Meski berada di lokasi yang sangat tersembunyi para pemimpin perjuang yang masih meneruskan perjuangannya beserta pasukan-pasukan mereka termasuk para pemimpin dari daerah Mataram seperti Mas Penghulu, Kyai Mlangi, Hadji Imam Radji selalu datang berkoordinasi dalam menyusun siasat peperangan serta mengabarkan perkembangan yang telah terjadi di Mataram.

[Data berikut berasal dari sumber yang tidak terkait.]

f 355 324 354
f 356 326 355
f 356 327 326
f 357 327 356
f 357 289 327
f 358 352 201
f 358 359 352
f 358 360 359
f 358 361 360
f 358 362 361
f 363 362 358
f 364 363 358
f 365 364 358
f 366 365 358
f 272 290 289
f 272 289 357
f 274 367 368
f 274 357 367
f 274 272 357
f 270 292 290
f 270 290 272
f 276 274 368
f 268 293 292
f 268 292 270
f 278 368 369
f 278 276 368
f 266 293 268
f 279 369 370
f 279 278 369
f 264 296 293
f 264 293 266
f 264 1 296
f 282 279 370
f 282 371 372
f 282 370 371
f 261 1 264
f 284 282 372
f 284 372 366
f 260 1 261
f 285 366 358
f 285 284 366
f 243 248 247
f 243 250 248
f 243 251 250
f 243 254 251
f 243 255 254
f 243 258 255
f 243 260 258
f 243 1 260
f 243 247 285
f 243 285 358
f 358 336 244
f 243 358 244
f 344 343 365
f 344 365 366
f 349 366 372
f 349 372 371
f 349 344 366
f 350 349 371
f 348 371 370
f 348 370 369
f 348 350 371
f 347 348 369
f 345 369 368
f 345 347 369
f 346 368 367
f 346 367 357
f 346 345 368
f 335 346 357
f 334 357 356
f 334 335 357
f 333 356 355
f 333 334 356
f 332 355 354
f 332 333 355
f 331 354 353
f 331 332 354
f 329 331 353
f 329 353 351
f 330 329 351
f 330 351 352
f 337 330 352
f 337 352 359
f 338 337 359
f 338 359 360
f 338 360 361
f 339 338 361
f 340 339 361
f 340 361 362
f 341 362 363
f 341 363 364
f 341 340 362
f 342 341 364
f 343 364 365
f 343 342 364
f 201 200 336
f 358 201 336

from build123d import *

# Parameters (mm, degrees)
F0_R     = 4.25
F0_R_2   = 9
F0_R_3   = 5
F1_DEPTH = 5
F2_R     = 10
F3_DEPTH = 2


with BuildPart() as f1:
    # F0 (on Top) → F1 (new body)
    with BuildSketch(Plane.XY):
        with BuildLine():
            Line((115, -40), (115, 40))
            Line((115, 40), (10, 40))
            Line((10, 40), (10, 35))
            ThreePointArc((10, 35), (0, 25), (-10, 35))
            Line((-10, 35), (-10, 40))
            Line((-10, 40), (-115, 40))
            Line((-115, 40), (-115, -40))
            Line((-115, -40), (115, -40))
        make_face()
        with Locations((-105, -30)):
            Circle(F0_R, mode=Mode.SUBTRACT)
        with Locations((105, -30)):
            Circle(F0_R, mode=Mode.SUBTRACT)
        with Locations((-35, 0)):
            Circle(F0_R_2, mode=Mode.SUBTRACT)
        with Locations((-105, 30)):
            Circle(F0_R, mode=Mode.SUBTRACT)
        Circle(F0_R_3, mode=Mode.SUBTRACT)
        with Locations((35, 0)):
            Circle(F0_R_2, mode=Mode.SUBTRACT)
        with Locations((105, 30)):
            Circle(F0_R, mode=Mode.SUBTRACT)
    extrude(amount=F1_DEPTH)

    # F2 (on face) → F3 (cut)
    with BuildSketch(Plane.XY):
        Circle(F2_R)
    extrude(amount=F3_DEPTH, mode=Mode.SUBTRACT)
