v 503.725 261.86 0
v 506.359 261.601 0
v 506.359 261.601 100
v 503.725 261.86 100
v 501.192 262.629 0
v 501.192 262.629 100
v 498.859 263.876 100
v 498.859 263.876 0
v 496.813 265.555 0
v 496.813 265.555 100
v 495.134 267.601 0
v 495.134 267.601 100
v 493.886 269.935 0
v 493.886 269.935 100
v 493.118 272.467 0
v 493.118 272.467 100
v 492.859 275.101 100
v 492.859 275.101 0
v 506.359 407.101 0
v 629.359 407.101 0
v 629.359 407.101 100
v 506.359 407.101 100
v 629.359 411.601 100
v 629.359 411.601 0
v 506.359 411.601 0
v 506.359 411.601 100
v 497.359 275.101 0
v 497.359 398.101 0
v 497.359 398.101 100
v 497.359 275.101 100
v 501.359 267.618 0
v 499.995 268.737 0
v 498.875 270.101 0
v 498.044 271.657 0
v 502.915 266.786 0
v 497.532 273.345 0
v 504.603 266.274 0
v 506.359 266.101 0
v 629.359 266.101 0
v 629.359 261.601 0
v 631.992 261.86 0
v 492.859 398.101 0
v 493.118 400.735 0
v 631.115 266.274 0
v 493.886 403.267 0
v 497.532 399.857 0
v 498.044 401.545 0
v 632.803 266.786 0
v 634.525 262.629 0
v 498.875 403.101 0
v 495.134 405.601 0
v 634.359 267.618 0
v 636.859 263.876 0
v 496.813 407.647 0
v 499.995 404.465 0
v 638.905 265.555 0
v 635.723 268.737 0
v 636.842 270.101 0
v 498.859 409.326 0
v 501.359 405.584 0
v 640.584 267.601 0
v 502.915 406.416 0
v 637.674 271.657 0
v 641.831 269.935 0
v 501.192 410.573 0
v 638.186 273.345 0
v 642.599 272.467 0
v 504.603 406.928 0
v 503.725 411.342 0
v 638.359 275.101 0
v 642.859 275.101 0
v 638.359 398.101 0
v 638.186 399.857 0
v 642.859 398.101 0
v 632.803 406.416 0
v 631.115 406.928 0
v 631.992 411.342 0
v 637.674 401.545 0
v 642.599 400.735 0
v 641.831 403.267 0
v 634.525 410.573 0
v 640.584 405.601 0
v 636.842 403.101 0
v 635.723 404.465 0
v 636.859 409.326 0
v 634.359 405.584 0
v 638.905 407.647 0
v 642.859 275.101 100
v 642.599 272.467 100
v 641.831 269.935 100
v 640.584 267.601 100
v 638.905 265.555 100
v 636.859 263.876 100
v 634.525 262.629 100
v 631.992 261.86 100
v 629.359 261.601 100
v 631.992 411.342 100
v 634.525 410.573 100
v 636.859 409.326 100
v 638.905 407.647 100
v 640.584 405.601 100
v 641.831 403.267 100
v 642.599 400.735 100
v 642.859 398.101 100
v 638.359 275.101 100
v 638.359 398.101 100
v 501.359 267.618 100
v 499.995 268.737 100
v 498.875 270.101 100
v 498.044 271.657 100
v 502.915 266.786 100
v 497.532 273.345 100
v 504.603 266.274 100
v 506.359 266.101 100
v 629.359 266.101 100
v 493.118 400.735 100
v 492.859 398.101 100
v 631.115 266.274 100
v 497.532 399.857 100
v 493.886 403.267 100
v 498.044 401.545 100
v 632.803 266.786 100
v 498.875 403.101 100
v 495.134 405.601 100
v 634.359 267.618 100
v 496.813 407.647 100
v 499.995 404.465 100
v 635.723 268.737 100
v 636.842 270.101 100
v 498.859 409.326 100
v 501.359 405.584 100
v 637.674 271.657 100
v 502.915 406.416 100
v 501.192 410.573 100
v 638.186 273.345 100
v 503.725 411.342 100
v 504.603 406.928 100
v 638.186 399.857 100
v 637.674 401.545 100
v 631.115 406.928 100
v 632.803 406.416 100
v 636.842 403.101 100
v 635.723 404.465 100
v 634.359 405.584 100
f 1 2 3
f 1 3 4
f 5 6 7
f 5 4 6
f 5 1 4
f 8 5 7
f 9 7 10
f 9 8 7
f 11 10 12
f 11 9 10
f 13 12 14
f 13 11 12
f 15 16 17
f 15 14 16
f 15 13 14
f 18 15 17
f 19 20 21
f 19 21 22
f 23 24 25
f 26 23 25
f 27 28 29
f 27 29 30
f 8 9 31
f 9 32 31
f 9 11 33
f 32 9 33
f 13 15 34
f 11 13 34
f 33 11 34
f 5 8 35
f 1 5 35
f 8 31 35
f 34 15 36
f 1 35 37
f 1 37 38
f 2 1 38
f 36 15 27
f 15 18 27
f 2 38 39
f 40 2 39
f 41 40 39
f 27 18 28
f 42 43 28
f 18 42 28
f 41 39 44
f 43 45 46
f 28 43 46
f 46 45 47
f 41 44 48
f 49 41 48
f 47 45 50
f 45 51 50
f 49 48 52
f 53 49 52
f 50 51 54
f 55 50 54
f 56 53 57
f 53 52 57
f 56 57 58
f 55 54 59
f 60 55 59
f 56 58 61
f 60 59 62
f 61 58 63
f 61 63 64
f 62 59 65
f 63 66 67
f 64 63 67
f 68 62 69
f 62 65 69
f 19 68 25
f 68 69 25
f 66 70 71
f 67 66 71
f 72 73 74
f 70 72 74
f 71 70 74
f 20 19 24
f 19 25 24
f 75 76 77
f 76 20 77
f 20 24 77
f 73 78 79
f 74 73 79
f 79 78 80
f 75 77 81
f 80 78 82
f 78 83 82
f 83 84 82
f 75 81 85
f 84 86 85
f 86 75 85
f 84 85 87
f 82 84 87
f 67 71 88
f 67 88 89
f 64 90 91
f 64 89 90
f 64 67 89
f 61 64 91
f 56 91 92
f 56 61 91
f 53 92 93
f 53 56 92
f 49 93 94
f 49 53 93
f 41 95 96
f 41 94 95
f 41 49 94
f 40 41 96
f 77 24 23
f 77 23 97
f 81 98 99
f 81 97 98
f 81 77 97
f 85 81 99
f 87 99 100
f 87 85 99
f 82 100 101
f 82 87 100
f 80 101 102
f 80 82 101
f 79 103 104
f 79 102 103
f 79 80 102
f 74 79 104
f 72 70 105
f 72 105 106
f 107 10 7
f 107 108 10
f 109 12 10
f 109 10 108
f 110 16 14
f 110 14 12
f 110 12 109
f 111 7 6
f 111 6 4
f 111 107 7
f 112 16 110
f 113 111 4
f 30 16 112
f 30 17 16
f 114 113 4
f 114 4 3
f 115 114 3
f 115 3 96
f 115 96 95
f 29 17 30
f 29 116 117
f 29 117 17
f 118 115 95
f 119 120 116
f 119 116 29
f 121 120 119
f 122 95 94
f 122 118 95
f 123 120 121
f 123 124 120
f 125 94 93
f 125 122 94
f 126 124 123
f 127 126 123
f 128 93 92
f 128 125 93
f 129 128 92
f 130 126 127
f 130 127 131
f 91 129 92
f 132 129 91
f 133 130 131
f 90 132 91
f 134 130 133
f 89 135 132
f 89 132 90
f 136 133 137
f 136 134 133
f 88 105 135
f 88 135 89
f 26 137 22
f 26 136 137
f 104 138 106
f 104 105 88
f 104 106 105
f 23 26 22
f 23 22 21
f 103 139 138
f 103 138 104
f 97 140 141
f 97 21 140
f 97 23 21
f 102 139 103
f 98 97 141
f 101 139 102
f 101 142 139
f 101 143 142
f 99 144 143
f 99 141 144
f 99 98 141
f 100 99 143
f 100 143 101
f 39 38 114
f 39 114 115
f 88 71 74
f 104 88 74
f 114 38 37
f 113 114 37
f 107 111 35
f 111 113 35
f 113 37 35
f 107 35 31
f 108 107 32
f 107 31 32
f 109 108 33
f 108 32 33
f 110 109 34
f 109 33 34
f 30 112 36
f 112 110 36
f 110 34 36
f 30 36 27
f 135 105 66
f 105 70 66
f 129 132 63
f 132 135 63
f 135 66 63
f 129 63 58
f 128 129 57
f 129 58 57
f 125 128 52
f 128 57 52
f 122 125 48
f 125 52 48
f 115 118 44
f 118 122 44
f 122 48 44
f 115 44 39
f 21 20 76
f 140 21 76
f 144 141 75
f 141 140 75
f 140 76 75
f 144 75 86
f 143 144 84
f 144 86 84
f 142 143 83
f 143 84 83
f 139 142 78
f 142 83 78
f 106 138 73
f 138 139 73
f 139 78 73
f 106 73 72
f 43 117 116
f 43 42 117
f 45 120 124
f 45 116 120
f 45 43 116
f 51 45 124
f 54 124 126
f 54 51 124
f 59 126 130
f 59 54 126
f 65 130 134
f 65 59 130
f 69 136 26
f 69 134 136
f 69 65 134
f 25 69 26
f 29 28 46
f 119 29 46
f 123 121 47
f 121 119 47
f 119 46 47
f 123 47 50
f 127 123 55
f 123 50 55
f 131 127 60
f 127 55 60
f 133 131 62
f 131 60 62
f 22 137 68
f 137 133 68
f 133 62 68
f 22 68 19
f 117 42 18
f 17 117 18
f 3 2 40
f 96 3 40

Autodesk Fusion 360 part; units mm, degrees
sketch "スケッチ1" plane through (0, 0, 0) normal (0, 0, 1) x (1, 0, 0)
  arc A0 (506.3587, 411.6011) -> (492.8587, 398.1011) centre (506.3587, 398.1011) ccw
  arc A1 (506.3587, 407.1011) -> (497.3587, 398.1011) centre (506.3587, 398.1011) ccw
  arc A2 (642.8587, 398.1011) -> (629.3587, 411.6011) centre (629.3587, 398.1011) ccw
  arc A3 (638.3587, 398.1011) -> (629.3587, 407.1011) centre (629.3587, 398.1011) ccw
  line L0 (506.3587, 261.6011) -> (629.3587, 261.6011)
  line L1 (506.3587, 266.1011) -> (629.3587, 266.1011)
  arc A4 (492.8587, 275.1011) -> (506.3587, 261.6011) centre (506.3587, 275.1011) ccw
  arc A5 (497.3587, 275.1011) -> (506.3587, 266.1011) centre (506.3587, 275.1011) ccw
  line L2 (492.8587, 398.1011) -> (492.8587, 275.1011)
  line L3 (497.3587, 398.1011) -> (497.3587, 275.1011)
  arc A6 (629.3587, 261.6011) -> (642.8587, 275.1011) centre (629.3587, 275.1011) ccw
  arc A7 (629.3587, 266.1011) -> (638.3587, 275.1011) centre (629.3587, 275.1011) ccw
  line L4 (638.3587, 275.1011) -> (638.3587, 398.1011)
  line L5 (642.8587, 275.1011) -> (642.8587, 398.1011)
  line L6 (629.3587, 411.6011) -> (506.3587, 411.6011)
  line L7 (629.3587, 407.1011) -> (506.3587, 407.1011)
  point P0 (567.8587, 336.6011)
extrude "押し出し1" add sketch "スケッチ1" along normal blind 100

Sebelum perundingan di Roma Kamal pihak Belanda kesulitan untuk menemukan keberadaan Pangeran Dipanegara. Hingga pada akhirnya Belanda mengirim Ali Basah Sentot Prawiradirdja dan Patih Danuredja untuk menemui Pangeran Dipanegara di Kejawang sebagai wakil dari Kolonel Clereens dengan membawa pesan permintaan untuk berunding. Melalui bujukan kedua tokoh tersebut Pangeran Dipanegara menerima tawaran perundingan dimana beliau beserta pasukannya memilih tempat di Roma Kamal pada tanggal 16 februari 1830. Dalam pertemuan pertama di Roma Kamal, Pangeran Dipanegara menolak berunding dengan Kolonel Clereens karena kedudukannya tidak sederajat dengan Pangeran Dipanegara selaku pimpinan Perang. Beliau hanya mau berunding dengan Jenderal De Kock. Pangeran Dipanegara beserta pasukan pengawalnya kembali ke Kejawang. keesokan harinya, 17 Februari 1830 Kolonel Clereens menyusul Pangeran Dipanegara ke Kejawang dan melakukan perundingan kedua. Lokasi perundingan ini bertempat di bawah markas gerilya Pangeran Dipanegara yang sekarang dikenal dengan nama Paseban (kini masuk wilayah desa Karangsari – Sruweng; sebelah timur komplek makam Kuwu Panjer). Perundingan kedua membuahkan hasil kesepakatan berupa agenda perundingan antara Pangeran Dipanegara dengan Jenderal De Kock di Menoreh (Magelang) yang berakhir dengan penghianatan dan menjadi penutup perlawanan Pangeran Dipanegara.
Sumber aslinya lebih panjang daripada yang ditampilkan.